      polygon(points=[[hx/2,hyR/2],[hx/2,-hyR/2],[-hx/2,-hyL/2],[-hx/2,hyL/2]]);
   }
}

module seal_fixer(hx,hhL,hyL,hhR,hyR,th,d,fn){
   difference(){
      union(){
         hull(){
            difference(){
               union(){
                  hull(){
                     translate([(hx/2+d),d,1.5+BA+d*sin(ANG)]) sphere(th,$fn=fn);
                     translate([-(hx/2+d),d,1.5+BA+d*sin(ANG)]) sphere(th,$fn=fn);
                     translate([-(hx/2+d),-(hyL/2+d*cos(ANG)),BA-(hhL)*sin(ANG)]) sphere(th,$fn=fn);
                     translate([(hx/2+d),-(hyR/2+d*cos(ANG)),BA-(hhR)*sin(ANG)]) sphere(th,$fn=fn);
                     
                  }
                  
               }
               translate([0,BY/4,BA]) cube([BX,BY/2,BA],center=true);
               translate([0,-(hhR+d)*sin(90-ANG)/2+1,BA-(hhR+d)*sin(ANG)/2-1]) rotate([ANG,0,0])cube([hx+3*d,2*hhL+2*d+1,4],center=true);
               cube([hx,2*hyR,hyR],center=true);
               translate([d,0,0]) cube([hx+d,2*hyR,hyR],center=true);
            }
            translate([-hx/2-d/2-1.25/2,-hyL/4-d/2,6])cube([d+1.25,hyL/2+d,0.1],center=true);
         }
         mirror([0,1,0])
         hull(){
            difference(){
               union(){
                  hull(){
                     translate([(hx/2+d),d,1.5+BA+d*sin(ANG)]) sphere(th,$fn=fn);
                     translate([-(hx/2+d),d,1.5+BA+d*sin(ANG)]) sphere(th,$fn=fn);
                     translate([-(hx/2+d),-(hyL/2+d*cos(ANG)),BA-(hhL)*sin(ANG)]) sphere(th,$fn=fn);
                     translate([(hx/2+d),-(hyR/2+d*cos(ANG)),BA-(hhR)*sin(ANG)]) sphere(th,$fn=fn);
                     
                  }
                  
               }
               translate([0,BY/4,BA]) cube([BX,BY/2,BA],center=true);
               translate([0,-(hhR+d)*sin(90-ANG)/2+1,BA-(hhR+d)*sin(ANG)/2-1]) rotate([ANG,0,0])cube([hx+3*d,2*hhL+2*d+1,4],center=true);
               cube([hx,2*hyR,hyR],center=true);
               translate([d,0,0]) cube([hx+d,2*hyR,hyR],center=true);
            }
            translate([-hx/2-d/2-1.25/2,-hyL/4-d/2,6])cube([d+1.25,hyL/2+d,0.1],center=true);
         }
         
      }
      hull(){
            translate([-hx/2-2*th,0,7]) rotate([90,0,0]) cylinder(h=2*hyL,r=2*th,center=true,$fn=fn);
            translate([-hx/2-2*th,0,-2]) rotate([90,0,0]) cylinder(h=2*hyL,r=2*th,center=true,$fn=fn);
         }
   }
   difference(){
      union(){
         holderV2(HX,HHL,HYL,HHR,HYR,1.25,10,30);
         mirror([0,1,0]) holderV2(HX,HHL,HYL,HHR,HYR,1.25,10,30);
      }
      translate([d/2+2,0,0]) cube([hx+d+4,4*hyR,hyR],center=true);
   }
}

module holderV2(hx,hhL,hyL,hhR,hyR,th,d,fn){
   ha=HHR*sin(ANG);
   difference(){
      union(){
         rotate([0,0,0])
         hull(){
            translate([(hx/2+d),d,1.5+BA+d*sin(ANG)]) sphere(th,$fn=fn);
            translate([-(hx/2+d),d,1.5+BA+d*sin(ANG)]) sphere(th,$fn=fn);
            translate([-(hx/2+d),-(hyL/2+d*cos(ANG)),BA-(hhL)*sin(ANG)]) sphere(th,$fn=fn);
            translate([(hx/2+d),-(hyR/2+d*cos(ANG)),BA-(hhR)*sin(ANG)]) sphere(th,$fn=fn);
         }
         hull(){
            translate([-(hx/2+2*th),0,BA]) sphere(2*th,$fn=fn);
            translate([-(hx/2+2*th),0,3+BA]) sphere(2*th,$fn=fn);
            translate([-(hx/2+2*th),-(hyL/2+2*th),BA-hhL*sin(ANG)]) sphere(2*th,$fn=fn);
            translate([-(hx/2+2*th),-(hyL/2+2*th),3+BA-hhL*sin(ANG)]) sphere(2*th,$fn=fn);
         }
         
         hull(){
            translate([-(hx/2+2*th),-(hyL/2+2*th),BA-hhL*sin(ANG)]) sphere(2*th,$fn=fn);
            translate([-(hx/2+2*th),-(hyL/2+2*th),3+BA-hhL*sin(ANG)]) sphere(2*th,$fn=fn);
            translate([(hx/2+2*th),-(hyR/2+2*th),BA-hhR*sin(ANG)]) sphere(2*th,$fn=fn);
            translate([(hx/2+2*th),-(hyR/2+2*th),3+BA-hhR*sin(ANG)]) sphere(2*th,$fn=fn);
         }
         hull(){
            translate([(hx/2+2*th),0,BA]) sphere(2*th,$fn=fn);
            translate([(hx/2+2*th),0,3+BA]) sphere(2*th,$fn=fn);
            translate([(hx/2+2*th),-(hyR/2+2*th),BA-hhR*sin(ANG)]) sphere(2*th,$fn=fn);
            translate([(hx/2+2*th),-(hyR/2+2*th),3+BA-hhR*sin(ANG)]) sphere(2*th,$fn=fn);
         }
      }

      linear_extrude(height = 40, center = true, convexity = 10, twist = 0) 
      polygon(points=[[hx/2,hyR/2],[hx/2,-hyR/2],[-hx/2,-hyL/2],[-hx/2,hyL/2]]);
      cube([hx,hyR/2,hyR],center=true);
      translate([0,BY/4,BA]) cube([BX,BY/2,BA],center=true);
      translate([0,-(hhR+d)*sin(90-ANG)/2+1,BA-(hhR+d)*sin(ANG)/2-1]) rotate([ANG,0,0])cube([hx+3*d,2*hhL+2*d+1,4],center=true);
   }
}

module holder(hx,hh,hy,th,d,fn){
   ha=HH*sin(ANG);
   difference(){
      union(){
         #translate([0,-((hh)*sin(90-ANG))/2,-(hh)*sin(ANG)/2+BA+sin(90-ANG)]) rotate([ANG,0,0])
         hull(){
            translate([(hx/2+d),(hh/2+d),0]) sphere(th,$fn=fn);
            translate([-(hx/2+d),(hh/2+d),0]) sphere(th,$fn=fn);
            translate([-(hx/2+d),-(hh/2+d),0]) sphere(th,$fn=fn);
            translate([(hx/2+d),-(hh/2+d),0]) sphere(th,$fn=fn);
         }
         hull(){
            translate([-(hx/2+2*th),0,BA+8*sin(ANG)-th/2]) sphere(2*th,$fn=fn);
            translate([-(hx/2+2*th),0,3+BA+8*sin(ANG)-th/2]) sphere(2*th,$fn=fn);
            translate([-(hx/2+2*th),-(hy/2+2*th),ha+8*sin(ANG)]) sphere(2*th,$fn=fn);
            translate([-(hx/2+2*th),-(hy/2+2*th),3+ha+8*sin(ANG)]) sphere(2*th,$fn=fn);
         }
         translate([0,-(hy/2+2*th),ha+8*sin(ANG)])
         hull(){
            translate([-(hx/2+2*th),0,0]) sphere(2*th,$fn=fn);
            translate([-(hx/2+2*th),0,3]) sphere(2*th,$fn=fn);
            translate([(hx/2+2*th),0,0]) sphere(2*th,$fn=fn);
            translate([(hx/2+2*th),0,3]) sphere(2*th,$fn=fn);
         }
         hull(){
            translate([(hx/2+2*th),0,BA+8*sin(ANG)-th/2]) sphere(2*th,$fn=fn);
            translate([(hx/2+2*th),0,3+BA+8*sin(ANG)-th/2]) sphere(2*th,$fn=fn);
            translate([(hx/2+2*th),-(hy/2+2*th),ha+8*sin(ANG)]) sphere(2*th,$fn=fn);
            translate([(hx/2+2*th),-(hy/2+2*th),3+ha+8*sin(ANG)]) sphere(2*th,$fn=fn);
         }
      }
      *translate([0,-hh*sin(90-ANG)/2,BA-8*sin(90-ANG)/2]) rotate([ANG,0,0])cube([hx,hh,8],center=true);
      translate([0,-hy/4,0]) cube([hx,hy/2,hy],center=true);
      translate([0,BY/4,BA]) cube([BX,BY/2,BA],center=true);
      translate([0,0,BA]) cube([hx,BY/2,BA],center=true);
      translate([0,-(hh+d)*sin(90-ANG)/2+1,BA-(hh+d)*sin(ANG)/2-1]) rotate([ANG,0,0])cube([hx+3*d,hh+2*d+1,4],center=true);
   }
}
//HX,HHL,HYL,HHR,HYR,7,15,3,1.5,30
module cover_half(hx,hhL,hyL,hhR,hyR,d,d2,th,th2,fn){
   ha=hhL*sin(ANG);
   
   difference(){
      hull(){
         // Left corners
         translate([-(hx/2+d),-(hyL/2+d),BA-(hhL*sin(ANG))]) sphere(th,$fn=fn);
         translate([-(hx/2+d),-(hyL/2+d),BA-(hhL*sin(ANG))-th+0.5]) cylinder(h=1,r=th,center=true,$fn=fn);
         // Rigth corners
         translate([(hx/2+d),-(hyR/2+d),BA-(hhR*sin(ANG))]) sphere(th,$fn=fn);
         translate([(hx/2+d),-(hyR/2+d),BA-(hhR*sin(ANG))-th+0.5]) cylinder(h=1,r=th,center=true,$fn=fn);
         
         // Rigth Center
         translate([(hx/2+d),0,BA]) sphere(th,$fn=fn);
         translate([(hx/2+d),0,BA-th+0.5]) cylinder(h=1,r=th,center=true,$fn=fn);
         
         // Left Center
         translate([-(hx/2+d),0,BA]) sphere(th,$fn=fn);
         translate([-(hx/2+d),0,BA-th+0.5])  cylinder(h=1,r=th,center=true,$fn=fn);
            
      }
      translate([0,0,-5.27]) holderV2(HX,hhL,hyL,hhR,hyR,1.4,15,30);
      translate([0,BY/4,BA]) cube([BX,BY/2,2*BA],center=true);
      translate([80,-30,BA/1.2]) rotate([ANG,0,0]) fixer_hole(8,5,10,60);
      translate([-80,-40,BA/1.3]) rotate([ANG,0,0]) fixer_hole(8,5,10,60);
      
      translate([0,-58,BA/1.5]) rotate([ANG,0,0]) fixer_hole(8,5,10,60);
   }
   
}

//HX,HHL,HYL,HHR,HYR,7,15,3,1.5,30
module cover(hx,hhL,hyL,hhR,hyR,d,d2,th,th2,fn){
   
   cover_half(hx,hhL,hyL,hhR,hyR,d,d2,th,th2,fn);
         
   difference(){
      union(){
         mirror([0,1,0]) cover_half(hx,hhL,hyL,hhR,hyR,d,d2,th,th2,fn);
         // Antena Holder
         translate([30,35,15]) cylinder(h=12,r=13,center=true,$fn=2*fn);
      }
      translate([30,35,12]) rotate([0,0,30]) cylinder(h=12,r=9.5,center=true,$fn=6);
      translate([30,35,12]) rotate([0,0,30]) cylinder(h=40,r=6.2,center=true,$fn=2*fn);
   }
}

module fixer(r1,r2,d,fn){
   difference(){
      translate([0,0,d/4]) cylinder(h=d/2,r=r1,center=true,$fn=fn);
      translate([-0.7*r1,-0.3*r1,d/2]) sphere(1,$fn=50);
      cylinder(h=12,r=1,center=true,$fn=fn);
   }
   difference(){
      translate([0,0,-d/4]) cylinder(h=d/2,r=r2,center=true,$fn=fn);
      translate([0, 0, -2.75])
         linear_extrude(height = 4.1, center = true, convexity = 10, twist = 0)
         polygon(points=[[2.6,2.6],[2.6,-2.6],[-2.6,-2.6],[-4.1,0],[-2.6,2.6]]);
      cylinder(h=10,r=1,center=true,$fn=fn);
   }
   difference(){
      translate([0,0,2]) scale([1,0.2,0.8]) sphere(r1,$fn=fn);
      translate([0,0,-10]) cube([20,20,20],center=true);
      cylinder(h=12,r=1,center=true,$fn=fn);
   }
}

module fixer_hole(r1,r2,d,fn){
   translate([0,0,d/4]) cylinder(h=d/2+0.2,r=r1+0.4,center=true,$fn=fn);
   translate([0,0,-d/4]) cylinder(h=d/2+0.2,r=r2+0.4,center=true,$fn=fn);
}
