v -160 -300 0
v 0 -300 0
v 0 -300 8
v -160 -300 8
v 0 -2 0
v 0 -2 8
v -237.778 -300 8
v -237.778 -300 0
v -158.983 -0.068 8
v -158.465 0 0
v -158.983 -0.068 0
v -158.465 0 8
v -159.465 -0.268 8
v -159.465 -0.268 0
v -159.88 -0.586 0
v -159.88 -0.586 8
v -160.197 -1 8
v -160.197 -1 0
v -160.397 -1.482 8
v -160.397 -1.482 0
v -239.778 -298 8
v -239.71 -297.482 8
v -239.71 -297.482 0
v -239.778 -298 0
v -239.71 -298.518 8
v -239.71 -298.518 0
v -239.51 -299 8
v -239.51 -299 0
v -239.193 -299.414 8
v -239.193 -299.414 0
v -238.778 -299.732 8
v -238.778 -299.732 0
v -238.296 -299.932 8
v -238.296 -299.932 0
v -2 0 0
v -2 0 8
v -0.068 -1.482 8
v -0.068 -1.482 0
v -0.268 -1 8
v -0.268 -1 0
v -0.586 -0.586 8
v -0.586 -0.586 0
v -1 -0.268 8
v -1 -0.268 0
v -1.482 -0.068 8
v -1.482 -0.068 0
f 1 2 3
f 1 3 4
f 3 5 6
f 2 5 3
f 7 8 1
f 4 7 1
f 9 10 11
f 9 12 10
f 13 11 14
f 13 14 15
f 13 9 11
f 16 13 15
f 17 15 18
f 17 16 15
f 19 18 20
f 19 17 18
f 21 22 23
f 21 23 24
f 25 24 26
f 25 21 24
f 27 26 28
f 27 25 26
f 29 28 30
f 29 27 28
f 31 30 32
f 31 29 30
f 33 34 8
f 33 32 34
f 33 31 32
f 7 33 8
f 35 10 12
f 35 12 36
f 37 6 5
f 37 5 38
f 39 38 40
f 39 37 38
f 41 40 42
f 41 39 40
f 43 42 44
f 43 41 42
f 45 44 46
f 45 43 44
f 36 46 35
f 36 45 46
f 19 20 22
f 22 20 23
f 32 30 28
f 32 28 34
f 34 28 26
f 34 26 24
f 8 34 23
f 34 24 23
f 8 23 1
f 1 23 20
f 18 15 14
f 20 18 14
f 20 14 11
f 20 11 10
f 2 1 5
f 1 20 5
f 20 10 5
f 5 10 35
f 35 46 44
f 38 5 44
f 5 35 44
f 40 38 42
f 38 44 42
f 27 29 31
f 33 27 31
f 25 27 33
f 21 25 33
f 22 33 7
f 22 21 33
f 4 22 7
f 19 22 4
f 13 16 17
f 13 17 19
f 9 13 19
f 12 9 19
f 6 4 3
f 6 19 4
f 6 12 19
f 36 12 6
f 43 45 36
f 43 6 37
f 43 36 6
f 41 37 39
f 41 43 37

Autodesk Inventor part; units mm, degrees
ref_plane "YZ Plane" through (0, 0, 0) normal (1, 0, 0) x (0, 1, 0)
ref_plane "XZ Plane" through (0, 0, 0) normal (0, 1, 0) x (-1, 0, 0)
ref_plane "XY Plane" through (0, 0, 0) normal (0, 0, 1) x (1, 0, 0)
sketch "Sketch1" plane through (0, 0, 0) normal (0, 0, 1) x (1, 0, 0)
  line L0 (-160, 0) -> (0, 0)
  line L1 (-160, -300) -> (-160, 0) construction
  line L2 (-160, 0) -> (-240.3848, -300)
  line L3 (-240.3848, -300) -> (-160, -300)
  line L4 (0, 0) -> (-80.3848, -300) construction
  line L5 (0, 0) -> (160, 0)
  line L6 (0, 0) -> (0, -300)
  line L7 (0, -300) -> (-160, -300)
  dimension "d2" = 15
  dimension "d29" = 160
  dimension "d40" = 300
  dimension "d41" = 15
extrude "Plate1" add sketch "Sketch1" along normal blind 8
fillet "Corner Round1" radius 2 3 edges at (-240.3848, -300, 4) (0, 0, 4) (-160, 0, 4)
equation "\"d3\" = Thickness"
equation "\"BendRadius\" = Thickness"
equation "\"BendReliefWidth\" = Thickness"
equation "\"BendReliefDepth\" = 0.5 * Thickness"
equation "\"CornerReliefSize\" = 4 * Thickness"
equation "\"MinimumRemnant\" = 2 * Thickness"
equation "\"TransitionRadius\" = BendRadius"
equation "\"JacobiRadiusSize\" = BendRadius"
equation "\"GapSize\" = Thickness"
equation "\"Thickness\" = 8"
properties part number "Сrane plate 4"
* * * * * * * * *
» **What you need to do**: Scan the records for lines that hold "module", and reproduce each one you find.

» **Answer to this problem**:
module seal_fixer(hx,hhL,hyL,hhR,hyR,th,d,fn){
module holderV2(hx,hhL,hyL,hhR,hyR,th,d,fn){
module holder(hx,hh,hy,th,d,fn){
module cover_half(hx,hhL,hyL,hhR,hyR,d,d2,th,th2,fn){
module cover(hx,hhL,hyL,hhR,hyR,d,d2,th,th2,fn){
module fixer(r1,r2,d,fn){
module fixer_hole(r1,r2,d,fn){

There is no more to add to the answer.